# Rendering lard for soap



## [email protected] (Oct 26, 2007)

I have been thinking about this for a while. About 4 years ago we bough a whole pig and it came with about 7 lbs of lard. Or maybe suet. It's been in the freezer since. I'm thinking that I could use it for soap to make some lard soaps. I don't know what else to do with old lard. 

How can I tell if it's been rendered already? Or should I just melt it down again?


----------



## Guest (Jan 15, 2009)

If it hasn't been rendered, it will have bits of meat, skin and parts of the pig in it.. Rendered it is clean looking.. and usually white or off white with no chunks..
and yes you can use it for soap..
To render it you put in a very large stock pot with water and boil.. the clean lard will float to the top and harden.. the bits of meat and such will sink to the bottom in the water..
Let it get cold and the lard will lift off the water in one big chunk
Barbara


----------



## SherrieC (Oct 26, 2007)

Best done outside in late November over a roaring bonfire, and those cracklins actually are good.


----------



## ChristinaF. (Dec 2, 2008)

One thing you should know about soap made with lard though...it has a different smell. It smells a bit like bacon. At least mine did. I suppose some strong FO might cover that though. 

Christina


----------



## [email protected] (Oct 26, 2007)

Yes, I know...eons ago the first few batches I made were lard soaps. 

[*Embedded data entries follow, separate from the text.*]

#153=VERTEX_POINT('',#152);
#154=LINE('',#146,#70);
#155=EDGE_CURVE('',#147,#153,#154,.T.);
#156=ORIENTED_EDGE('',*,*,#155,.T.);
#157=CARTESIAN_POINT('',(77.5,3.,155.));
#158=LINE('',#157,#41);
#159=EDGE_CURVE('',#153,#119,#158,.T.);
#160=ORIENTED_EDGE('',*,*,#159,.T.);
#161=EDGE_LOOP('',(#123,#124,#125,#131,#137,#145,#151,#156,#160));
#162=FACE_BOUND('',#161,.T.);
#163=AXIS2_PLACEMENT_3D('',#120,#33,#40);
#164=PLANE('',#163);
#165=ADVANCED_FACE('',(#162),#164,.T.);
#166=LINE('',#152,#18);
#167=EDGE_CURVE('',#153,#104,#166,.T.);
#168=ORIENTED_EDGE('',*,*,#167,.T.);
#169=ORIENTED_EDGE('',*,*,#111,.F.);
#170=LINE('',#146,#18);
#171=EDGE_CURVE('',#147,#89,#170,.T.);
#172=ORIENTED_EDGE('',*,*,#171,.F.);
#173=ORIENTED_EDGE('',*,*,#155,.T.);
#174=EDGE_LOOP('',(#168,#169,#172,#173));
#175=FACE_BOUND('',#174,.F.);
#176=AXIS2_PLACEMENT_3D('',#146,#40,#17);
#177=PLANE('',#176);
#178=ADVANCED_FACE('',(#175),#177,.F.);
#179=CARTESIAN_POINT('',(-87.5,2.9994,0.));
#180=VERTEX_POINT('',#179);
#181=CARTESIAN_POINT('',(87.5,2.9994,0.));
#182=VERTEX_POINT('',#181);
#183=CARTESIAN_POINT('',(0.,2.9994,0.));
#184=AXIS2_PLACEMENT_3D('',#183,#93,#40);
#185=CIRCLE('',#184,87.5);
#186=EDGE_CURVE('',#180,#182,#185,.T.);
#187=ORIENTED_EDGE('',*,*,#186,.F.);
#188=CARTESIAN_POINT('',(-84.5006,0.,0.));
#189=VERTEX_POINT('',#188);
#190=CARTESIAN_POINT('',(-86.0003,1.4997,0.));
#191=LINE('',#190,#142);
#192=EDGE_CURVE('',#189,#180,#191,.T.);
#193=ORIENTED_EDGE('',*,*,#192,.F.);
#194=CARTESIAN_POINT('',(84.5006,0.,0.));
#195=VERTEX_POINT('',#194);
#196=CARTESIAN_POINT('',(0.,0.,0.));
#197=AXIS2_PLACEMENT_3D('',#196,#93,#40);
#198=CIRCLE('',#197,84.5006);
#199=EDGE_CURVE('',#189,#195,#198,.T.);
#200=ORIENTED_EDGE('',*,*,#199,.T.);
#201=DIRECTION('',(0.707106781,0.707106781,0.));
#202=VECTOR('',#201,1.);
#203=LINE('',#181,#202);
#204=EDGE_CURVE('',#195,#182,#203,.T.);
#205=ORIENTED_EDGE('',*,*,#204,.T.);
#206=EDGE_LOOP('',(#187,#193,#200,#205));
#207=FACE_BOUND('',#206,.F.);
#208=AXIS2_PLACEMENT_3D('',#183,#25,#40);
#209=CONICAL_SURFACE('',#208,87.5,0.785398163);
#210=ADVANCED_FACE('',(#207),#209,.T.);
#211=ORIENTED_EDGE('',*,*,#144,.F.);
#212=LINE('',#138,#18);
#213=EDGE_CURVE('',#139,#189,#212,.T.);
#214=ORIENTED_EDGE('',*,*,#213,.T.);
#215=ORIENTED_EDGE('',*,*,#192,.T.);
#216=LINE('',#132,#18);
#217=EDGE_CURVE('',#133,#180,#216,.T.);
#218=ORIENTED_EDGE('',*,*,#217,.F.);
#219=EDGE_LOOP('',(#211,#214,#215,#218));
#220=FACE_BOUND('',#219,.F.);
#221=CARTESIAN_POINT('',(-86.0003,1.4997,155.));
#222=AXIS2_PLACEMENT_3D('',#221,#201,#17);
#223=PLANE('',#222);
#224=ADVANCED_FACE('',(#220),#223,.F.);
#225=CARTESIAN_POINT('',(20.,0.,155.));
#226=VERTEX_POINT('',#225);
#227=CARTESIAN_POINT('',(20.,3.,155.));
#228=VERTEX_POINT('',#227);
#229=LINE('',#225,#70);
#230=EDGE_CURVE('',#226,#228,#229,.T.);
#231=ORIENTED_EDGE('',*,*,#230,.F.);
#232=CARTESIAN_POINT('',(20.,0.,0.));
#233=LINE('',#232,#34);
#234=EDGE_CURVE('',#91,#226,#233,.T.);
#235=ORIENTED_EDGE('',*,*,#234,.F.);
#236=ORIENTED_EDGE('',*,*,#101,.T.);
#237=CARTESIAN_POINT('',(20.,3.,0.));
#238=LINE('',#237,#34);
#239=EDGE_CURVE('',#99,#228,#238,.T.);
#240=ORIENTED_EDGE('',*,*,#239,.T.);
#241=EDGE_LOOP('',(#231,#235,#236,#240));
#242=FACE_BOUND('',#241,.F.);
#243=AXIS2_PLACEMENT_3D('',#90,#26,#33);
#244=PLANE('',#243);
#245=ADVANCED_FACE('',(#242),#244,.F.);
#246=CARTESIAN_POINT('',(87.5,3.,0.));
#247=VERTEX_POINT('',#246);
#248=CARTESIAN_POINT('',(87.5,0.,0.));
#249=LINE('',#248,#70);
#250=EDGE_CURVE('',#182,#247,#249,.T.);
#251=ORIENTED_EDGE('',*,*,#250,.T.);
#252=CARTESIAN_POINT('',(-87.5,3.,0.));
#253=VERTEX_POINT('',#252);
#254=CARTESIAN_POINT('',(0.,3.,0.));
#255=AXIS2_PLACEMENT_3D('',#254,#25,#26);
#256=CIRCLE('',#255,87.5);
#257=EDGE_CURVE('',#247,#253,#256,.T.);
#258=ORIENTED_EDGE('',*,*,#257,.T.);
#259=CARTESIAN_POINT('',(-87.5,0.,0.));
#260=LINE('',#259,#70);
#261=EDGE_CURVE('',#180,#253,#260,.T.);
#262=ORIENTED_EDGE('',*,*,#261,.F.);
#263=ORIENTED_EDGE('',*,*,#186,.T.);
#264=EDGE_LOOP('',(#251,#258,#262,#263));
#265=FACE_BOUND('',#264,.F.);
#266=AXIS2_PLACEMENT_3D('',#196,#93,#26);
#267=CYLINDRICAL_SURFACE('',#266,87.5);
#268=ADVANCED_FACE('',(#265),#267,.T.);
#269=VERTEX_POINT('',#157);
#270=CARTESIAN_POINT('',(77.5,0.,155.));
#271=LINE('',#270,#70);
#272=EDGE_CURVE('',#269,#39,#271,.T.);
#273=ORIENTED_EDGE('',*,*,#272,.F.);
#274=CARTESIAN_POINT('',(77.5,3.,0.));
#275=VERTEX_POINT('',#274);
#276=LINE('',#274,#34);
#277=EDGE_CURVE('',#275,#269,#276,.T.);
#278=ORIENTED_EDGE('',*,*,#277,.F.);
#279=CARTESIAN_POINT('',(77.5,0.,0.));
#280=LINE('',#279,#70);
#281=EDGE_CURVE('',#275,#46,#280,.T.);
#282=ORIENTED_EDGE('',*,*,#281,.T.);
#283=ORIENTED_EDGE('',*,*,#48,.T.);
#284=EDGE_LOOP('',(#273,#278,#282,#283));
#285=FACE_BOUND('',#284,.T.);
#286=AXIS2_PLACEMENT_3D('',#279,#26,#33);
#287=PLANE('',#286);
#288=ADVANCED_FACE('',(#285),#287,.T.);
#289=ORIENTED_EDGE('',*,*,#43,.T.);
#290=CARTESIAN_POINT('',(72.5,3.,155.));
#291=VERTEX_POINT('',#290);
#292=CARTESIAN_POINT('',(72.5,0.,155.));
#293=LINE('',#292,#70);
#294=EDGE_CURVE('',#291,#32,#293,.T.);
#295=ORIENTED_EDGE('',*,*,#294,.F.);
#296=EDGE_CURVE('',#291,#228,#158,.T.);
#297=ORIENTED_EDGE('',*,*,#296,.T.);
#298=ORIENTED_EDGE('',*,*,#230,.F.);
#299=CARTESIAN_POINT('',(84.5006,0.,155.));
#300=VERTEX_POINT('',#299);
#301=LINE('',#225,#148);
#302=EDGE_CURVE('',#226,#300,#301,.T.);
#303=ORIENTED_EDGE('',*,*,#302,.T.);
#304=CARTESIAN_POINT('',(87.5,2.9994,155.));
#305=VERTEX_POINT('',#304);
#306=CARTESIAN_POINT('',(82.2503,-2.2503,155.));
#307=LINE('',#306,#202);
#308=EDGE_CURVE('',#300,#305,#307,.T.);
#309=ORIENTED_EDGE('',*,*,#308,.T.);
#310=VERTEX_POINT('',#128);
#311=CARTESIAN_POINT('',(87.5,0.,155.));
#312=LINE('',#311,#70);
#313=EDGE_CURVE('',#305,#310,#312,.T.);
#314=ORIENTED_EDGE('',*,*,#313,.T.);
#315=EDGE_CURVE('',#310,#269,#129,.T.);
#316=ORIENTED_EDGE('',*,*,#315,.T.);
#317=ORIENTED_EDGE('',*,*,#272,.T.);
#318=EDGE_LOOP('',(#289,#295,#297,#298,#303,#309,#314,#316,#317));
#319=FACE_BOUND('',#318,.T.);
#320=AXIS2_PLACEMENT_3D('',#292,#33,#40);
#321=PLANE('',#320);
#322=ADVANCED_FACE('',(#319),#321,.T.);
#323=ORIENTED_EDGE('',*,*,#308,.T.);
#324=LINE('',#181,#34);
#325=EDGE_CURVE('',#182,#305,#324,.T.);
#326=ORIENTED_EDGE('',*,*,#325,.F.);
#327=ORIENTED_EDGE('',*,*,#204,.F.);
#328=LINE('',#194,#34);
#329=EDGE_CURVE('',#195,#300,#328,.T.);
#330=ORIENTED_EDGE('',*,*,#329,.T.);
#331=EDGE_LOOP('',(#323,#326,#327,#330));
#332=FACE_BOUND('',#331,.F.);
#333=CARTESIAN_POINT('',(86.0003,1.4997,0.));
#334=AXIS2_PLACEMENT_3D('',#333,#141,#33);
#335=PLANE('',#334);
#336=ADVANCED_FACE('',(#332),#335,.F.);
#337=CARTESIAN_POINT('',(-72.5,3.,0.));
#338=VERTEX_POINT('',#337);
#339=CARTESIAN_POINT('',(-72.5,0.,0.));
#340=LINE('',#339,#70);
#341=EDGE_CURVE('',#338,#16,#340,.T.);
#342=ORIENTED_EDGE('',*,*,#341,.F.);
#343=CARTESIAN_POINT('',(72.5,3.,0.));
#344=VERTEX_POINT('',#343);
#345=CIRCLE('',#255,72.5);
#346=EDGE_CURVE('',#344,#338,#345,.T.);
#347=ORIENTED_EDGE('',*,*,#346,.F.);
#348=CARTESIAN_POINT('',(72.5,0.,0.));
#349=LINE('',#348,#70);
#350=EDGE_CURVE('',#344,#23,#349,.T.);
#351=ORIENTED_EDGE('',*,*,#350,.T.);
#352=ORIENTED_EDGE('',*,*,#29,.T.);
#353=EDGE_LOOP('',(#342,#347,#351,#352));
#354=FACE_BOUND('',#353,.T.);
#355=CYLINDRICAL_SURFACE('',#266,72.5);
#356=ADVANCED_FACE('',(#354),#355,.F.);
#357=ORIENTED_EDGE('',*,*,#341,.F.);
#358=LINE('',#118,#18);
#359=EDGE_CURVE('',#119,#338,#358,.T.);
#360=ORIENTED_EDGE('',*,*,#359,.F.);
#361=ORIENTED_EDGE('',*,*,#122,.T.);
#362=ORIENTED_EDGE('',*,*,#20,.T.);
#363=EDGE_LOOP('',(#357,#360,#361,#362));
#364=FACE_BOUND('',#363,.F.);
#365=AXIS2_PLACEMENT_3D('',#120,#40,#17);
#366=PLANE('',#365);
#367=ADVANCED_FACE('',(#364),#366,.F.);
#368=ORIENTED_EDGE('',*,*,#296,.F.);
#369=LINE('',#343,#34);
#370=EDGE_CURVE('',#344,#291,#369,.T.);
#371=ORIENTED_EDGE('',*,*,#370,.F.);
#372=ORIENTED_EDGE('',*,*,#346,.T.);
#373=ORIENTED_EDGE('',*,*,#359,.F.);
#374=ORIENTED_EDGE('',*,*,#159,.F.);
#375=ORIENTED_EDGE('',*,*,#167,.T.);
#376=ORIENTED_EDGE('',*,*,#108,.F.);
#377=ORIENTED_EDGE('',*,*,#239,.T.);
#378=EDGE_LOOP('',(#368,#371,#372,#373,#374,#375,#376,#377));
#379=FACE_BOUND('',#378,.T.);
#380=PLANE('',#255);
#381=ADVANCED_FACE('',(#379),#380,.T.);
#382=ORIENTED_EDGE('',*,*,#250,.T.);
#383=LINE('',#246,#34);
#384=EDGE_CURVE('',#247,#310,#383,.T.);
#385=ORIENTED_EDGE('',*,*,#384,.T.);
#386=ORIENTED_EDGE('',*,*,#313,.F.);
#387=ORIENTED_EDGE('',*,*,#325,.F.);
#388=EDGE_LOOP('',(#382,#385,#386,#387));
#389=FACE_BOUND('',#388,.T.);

I rendered it today and canned fruit juice. So 7 lbs of raw fat gave me 3 1/2 quarts of lard, plus a little bit more. I want to air the house out...alas my windows are frozen.


----------



## ChristinaF. (Dec 2, 2008)

Oh dear! I would want to air out the house too if I were rendering lard. My windows are frozen as well and the door keeps freezing shut. Man, this cold weather stinks...I'm SO ready for some nice warm 30 degree weather. Sometimes the southern states look really inviting.

Christina


----------



## Amanda Lee (Aug 20, 2008)

Cracklins are wonderful in cornbread! When we raise a hog I plan of rendaring fat for the lard.

Christina, you may be getting your lard too hot when melting, thus smelling like bacon.


----------



## susie (Oct 28, 2007)

[email protected] said:


> Yes, I know...eons ago the first few batches I made were lard soaps.
> 
> I rendered it today and canned fruit juice. So 7 lbs of raw fat gave me 3 1/2 quarts of lard, plus a little bit more. I want to air the house out...alas my windows are frozen.


 I saw this post too late to warn you about that! Been there, done that! 
I use store-bought lard for my soaps, and they don't smell like bacon. I like soap with lard in it.
susie
susie


----------



## Theresa (Oct 26, 2007)

I use store bought lard also, and have never had a bacon smell to it. I like lard in the soap because it gives a harder bar and seems to last longer. No one who has used my soap has ever said anything about a bacon smell either.
Theresa


----------



## Guest (Jan 17, 2009)

I dislike lard soaps. Unscented lard soap smell awful... like bacon! :ick

I couldn't sell soap if it contained lard.

Sara


----------



## ChristinaF. (Dec 2, 2008)

Well, maybe the store bought lard makes a difference. Perhaps it's processed like some coconut oils not to have it's natural scent, but the stuff I made smelled like bacon, and so does my mother-in-laws.

My husband is from a remote mountain village in Romania and his Mom makes all their soap using lard. I remember the one she makes for clothes washing is very much like Felsnaptha (sp?) and has ground bone in it. We washed all our clothes by hand with it and boy, did we all smell like bacon. Once we got to Germany I rewashed everything so people sitting on the plane home with us wouldn't think we just got done at the slaughter house. :lol Twas and adventure. http://smileyshut.com/smileys/ Love that icon, very cute!

Christina


----------